====== Material shown ======

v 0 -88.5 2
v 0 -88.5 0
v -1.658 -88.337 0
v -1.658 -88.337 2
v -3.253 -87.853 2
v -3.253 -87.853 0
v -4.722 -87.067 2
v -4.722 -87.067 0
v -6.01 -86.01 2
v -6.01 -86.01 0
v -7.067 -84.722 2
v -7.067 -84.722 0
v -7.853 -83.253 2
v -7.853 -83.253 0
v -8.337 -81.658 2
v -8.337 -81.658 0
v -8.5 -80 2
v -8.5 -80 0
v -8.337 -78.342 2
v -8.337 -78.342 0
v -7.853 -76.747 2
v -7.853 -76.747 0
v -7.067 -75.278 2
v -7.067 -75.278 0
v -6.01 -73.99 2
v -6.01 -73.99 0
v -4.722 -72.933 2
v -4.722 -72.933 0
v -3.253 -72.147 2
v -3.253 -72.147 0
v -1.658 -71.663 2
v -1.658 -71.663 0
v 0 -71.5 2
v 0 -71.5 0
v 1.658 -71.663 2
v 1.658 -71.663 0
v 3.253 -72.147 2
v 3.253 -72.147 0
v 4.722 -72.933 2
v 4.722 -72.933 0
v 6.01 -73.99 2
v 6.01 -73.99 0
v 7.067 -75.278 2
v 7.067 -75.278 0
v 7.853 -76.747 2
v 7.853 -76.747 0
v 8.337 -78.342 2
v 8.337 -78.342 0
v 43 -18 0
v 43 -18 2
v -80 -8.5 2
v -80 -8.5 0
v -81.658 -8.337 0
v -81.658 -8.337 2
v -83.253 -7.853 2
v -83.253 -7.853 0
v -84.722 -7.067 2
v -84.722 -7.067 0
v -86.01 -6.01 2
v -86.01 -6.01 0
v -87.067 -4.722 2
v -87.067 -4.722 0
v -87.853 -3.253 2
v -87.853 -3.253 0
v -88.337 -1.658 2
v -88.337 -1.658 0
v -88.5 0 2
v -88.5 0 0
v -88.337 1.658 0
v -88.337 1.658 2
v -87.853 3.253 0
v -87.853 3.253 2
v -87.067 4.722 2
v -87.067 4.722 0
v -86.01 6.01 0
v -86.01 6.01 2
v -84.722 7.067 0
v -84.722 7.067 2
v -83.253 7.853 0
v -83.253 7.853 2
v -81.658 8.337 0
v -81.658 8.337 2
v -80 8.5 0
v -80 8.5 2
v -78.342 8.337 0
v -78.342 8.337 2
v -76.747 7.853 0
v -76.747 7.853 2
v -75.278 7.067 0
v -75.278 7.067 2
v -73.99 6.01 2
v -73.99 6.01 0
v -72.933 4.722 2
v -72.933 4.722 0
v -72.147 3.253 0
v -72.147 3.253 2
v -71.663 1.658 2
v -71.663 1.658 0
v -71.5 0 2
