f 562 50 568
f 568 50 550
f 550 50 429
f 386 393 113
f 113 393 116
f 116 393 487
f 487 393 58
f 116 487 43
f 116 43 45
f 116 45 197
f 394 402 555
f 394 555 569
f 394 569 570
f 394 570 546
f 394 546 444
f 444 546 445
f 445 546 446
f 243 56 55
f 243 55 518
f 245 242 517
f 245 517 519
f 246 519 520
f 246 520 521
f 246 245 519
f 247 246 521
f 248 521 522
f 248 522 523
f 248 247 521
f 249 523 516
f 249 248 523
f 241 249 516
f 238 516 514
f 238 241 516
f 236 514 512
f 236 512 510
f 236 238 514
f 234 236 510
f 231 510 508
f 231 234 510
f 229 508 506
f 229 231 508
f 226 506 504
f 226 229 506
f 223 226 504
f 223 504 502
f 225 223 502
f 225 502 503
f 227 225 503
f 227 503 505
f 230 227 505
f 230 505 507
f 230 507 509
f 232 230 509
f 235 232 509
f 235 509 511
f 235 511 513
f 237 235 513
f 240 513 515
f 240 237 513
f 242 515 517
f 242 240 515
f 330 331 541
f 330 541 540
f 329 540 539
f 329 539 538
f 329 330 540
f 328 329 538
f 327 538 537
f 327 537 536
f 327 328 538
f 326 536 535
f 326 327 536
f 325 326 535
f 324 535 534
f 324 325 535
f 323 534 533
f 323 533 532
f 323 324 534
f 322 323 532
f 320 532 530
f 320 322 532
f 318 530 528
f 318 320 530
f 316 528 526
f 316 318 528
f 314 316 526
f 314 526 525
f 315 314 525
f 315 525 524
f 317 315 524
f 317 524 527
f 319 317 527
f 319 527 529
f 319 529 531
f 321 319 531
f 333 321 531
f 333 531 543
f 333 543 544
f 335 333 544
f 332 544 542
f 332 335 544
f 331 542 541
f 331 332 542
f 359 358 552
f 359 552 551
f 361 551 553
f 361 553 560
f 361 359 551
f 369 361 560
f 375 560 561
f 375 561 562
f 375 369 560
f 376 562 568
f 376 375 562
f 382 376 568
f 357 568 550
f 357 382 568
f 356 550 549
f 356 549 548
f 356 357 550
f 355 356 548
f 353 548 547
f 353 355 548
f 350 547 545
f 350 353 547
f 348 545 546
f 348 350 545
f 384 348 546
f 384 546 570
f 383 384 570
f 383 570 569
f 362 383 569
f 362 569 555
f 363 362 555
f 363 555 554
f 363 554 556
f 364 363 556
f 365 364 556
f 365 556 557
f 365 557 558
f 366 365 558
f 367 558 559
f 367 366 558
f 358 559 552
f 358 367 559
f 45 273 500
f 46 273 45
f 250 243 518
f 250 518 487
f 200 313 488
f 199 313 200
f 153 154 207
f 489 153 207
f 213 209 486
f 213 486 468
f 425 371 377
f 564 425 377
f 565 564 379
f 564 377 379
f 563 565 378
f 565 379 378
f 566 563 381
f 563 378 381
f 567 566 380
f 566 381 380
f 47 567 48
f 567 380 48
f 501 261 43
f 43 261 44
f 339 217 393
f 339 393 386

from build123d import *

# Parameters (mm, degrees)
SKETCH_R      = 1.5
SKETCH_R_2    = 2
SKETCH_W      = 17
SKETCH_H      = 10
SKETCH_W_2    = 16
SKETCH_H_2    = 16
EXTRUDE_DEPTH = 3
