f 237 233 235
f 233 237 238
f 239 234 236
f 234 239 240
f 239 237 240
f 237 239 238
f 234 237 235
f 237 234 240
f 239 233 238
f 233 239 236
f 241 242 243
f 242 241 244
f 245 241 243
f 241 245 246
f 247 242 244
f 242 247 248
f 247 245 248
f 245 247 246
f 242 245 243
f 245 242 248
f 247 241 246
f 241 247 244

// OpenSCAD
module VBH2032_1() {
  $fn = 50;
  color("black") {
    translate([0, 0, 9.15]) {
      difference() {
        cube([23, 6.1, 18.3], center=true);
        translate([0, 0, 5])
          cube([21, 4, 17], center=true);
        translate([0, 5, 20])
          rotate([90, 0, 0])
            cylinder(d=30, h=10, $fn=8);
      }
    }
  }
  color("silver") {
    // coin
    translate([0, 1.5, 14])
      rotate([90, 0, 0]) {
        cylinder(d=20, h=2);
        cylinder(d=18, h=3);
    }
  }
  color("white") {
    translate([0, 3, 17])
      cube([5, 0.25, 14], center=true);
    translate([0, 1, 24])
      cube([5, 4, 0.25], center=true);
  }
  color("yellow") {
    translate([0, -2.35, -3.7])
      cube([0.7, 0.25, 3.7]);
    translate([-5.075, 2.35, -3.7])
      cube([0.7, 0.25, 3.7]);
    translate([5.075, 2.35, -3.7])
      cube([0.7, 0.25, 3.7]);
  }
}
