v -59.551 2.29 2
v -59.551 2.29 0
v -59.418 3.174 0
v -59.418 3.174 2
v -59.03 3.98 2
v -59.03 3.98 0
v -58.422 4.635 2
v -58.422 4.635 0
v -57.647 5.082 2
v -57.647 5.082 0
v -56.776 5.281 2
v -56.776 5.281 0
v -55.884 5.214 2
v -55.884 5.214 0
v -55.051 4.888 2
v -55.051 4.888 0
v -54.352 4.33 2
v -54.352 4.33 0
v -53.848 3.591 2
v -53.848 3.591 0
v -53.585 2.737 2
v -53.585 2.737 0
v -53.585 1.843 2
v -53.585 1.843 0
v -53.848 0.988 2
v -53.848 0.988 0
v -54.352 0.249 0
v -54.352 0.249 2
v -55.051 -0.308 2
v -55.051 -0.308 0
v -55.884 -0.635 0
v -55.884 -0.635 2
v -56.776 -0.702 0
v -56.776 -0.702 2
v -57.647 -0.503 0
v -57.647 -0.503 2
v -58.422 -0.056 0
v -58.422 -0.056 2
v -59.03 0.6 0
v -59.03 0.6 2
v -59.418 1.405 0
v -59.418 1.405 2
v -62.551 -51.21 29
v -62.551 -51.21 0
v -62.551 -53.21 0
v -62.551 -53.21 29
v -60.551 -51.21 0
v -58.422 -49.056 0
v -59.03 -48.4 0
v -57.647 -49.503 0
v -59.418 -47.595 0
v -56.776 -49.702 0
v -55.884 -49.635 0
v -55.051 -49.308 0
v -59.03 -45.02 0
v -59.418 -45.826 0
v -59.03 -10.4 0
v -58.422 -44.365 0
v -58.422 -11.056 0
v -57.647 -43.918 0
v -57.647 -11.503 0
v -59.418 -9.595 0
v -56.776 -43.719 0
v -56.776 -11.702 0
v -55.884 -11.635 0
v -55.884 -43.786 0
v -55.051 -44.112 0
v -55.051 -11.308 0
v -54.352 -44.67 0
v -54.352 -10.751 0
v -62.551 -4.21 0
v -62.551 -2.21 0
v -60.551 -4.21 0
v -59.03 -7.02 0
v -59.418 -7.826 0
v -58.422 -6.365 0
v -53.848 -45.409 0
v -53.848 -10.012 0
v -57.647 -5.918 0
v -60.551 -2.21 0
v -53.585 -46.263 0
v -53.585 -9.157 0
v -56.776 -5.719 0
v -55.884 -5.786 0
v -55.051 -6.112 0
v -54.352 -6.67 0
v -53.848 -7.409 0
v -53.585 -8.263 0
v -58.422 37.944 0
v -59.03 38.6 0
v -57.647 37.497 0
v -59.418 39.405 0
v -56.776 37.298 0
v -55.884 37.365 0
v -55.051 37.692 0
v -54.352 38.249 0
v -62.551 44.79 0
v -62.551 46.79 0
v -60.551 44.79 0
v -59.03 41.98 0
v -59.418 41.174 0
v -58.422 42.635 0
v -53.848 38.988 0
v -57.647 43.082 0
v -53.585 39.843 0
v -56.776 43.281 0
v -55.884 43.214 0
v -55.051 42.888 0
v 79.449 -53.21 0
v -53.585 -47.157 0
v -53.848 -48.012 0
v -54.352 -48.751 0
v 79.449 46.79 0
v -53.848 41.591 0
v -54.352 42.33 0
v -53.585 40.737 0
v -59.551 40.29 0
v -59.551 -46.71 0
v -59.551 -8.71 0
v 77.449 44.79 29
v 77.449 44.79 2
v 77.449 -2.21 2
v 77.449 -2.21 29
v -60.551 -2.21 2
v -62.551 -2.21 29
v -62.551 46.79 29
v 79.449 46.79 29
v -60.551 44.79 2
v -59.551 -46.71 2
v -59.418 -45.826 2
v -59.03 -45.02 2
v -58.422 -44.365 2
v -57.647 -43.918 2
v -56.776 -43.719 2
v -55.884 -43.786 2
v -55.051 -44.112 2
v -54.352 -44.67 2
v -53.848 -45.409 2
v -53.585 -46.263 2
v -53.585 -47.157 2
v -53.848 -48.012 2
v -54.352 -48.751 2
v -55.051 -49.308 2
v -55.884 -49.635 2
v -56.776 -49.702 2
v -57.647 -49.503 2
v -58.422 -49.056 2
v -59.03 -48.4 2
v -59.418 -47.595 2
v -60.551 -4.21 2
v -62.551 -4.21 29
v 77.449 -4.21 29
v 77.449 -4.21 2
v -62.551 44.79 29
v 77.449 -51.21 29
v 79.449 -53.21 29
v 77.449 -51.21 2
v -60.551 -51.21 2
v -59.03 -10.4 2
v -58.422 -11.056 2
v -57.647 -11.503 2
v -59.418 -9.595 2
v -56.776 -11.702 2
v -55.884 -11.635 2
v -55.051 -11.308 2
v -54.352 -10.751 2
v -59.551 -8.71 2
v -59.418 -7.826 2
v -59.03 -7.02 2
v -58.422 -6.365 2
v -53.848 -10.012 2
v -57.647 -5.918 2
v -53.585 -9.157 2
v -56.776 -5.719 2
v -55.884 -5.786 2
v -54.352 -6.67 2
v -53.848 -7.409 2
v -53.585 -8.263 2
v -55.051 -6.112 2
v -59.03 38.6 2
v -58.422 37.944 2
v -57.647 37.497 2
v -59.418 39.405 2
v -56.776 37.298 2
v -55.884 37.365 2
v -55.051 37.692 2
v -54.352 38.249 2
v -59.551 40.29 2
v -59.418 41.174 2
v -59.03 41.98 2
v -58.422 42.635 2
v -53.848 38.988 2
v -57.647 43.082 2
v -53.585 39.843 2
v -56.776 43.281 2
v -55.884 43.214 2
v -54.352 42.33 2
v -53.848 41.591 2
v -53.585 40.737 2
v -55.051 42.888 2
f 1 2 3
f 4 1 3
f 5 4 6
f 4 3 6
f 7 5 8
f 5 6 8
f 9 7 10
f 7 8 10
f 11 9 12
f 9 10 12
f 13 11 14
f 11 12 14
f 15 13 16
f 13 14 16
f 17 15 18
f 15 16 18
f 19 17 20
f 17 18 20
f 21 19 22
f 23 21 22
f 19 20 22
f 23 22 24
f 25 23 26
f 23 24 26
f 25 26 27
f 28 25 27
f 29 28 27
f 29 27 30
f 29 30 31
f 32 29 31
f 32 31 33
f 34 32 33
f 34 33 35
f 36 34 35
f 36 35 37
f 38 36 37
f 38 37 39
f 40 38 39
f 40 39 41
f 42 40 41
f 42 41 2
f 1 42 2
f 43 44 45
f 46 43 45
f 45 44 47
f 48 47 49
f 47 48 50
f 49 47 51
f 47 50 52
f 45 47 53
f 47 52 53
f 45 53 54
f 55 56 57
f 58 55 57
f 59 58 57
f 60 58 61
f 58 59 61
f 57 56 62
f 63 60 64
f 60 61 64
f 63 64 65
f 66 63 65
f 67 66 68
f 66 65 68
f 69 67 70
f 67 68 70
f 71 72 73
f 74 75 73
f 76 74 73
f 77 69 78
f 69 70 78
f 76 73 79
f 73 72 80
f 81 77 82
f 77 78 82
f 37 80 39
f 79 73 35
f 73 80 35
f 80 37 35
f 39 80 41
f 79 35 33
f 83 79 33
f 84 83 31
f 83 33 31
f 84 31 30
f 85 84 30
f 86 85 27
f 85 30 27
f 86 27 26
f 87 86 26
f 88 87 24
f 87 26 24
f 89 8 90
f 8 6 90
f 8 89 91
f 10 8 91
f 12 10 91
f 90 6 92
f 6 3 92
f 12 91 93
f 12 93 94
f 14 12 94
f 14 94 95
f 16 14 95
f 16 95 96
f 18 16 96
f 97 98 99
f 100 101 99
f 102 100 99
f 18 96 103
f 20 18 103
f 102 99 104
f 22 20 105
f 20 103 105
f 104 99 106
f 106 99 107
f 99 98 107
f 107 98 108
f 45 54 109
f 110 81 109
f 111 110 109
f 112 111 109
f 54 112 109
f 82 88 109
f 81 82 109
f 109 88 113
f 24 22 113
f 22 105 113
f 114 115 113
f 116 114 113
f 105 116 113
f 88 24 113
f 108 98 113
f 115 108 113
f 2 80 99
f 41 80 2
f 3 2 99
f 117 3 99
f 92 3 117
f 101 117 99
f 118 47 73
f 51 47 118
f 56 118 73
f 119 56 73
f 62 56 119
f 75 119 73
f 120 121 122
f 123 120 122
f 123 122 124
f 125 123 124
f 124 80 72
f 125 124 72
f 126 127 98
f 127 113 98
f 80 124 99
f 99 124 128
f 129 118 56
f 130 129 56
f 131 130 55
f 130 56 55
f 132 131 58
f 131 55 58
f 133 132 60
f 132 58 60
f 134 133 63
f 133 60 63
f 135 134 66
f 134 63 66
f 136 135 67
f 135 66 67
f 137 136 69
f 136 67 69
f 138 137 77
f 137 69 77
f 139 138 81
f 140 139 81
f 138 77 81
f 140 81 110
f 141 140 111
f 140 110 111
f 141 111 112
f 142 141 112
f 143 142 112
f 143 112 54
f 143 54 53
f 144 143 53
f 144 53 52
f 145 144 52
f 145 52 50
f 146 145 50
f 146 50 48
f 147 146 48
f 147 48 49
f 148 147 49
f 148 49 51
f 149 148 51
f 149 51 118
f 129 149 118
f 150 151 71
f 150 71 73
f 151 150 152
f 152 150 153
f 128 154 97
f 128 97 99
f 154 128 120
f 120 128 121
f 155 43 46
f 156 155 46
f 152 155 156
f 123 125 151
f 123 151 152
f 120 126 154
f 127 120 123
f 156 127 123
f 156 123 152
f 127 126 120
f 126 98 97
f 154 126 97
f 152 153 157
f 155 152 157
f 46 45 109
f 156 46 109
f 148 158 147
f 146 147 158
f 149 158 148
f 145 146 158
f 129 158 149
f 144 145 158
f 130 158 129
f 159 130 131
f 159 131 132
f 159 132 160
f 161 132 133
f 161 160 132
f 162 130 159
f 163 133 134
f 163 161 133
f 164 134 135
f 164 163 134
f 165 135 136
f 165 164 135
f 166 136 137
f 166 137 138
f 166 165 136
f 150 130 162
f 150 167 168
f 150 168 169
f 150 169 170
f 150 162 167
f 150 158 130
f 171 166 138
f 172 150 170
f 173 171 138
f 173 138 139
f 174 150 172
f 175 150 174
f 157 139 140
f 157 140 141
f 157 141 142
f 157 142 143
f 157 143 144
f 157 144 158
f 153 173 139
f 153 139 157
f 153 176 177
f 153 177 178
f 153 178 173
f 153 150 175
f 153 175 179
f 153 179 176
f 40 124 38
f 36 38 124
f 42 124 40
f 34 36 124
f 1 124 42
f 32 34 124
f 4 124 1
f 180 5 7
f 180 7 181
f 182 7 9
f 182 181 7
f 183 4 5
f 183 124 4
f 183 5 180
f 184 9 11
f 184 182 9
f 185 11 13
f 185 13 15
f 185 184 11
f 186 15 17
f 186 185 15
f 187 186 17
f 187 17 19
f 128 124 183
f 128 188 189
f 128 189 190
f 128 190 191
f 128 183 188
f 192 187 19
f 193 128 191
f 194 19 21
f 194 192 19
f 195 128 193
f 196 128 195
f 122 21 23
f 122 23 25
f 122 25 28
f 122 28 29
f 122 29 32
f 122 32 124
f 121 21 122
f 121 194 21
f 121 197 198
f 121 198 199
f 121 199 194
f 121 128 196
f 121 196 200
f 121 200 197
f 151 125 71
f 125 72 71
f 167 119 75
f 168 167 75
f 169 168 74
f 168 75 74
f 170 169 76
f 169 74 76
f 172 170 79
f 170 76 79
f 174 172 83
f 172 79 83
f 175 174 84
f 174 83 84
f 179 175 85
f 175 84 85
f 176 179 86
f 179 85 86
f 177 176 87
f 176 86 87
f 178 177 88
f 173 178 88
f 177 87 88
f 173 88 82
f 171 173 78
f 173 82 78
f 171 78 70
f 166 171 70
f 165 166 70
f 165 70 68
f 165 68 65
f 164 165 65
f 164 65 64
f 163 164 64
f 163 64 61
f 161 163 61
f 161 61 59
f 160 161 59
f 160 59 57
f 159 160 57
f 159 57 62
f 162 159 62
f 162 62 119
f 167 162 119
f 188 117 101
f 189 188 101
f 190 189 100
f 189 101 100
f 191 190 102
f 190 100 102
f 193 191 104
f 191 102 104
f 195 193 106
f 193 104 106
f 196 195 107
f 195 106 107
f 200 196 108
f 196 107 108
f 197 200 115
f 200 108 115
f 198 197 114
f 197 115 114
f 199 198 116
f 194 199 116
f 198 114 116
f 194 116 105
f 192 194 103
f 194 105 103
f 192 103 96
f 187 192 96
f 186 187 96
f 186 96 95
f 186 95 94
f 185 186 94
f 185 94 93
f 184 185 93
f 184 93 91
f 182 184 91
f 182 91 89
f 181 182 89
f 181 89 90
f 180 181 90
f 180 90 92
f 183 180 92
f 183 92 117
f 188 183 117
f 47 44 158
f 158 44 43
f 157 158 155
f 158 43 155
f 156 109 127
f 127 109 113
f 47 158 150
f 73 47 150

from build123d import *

# Parameters (mm, degrees)
SKETCH1_W           = 142
SKETCH1_H           = 100
BOSS_EXTRUDE1_DEPTH = 2
BOSS_EXTRUDE2_DEPTH = 27
SKETCH4_W           = 2
SKETCH4_H           = 47
CUT_EXTRUDE1_DEPTH  = 3
SKETCH5_R           = 3
CUT_EXTRUDE4_DEPTH  = 30


with BuildPart() as part:
    # Sketch1 → Boss-Extrude1 (new body)
    with BuildSketch(Plane.XY):
        with Locations((8.448668202, -3.21033452)):
            Rectangle(SKETCH1_W, SKETCH1_H)
    extrude(amount=BOSS_EXTRUDE1_DEPTH)

    # Sketch3 → Boss-Extrude2 (add)
    with BuildSketch(Plane.XY.offset(2)):
        Polygon((-62.551331798, -53.21033452), (79.448668202, -53.21033452), (79.448668202, 46.78966548), (-62.551331798, 46.78966548), (-62.551331798, 44.78966548), (77.448668202, 44.78966548), (77.448668202, -2.21033452), (-62.551331798, -2.21033452), (-62.551331798, -4.21033452), (77.448668202, -4.21033452), (77.448668202, -51.21033452), (-62.551331798, -51.21033452), align=None)
    extrude(amount=BOSS_EXTRUDE2_DEPTH)

    # Sketch4 → Cut-Extrude1 (cut, through all)
    with BuildSketch(Plane.XY.offset(2)):
        with Locations((-61.551331798, 21.28966548)):
            Rectangle(SKETCH4_W, SKETCH4_H)
        with Locations((-61.551331798, -27.71033452)):
            Rectangle(SKETCH4_W, SKETCH4_H)
    extrude(amount=-CUT_EXTRUDE1_DEPTH, mode=Mode.SUBTRACT)

    # Sketch5 → Cut-Extrude4 (cut, through all)
    with BuildSketch(Plane(origin=(0, 0, 0), x_dir=(-1, 0, 0), z_dir=(0, 0, -1))):
        with Locations((56.551331798, 40.28966548)):
            Circle(SKETCH5_R)
        with Locations((56.551331798, 2.28966548)):
            Circle(SKETCH5_R)
        with Locations((56.551331798, -8.71033452)):
            Circle(SKETCH5_R)
        with Locations((56.551331798, -46.71033452)):
            Circle(SKETCH5_R)
    extrude(amount=-CUT_EXTRUDE4_DEPTH, mode=Mode.SUBTRACT)


solid = part.part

======

**Task prompt**
There is a line with "f 45 54 109" and a line with "f 151 150 152" above. Copy exactly those two lines and all lines between them, with nothing else.

**Final answer**
f 45 54 109
f 110 81 109
f 111 110 109
f 112 111 109
f 54 112 109
f 82 88 109
f 81 82 109
f 109 88 113
f 24 22 113
f 22 105 113
f 114 115 113
f 116 114 113
f 105 116 113
f 88 24 113
f 108 98 113
f 115 108 113
f 2 80 99
f 41 80 2
f 3 2 99
f 117 3 99
f 92 3 117
f 101 117 99
f 118 47 73
f 51 47 118
f 56 118 73
f 119 56 73
f 62 56 119
f 75 119 73
f 120 121 122
f 123 120 122
f 123 122 124
f 125 123 124
f 124 80 72
f 125 124 72
f 126 127 98
f 127 113 98
f 80 124 99
f 99 124 128
f 129 118 56
f 130 129 56
f 131 130 55
f 130 56 55
f 132 131 58
f 131 55 58
f 133 132 60
f 132 58 60
f 134 133 63
f 133 60 63
f 135 134 66
f 134 63 66
f 136 135 67
f 135 66 67
f 137 136 69
f 136 67 69
f 138 137 77
f 137 69 77
f 139 138 81
f 140 139 81
f 138 77 81
f 140 81 110
f 141 140 111
f 140 110 111
f 141 111 112
f 142 141 112
f 143 142 112
f 143 112 54
f 143 54 53
f 144 143 53
f 144 53 52
f 145 144 52
f 145 52 50
f 146 145 50
f 146 50 48
f 147 146 48
f 147 48 49
f 148 147 49
f 148 49 51
f 149 148 51
f 149 51 118
f 129 149 118
f 150 151 71
f 150 71 73
f 151 150 152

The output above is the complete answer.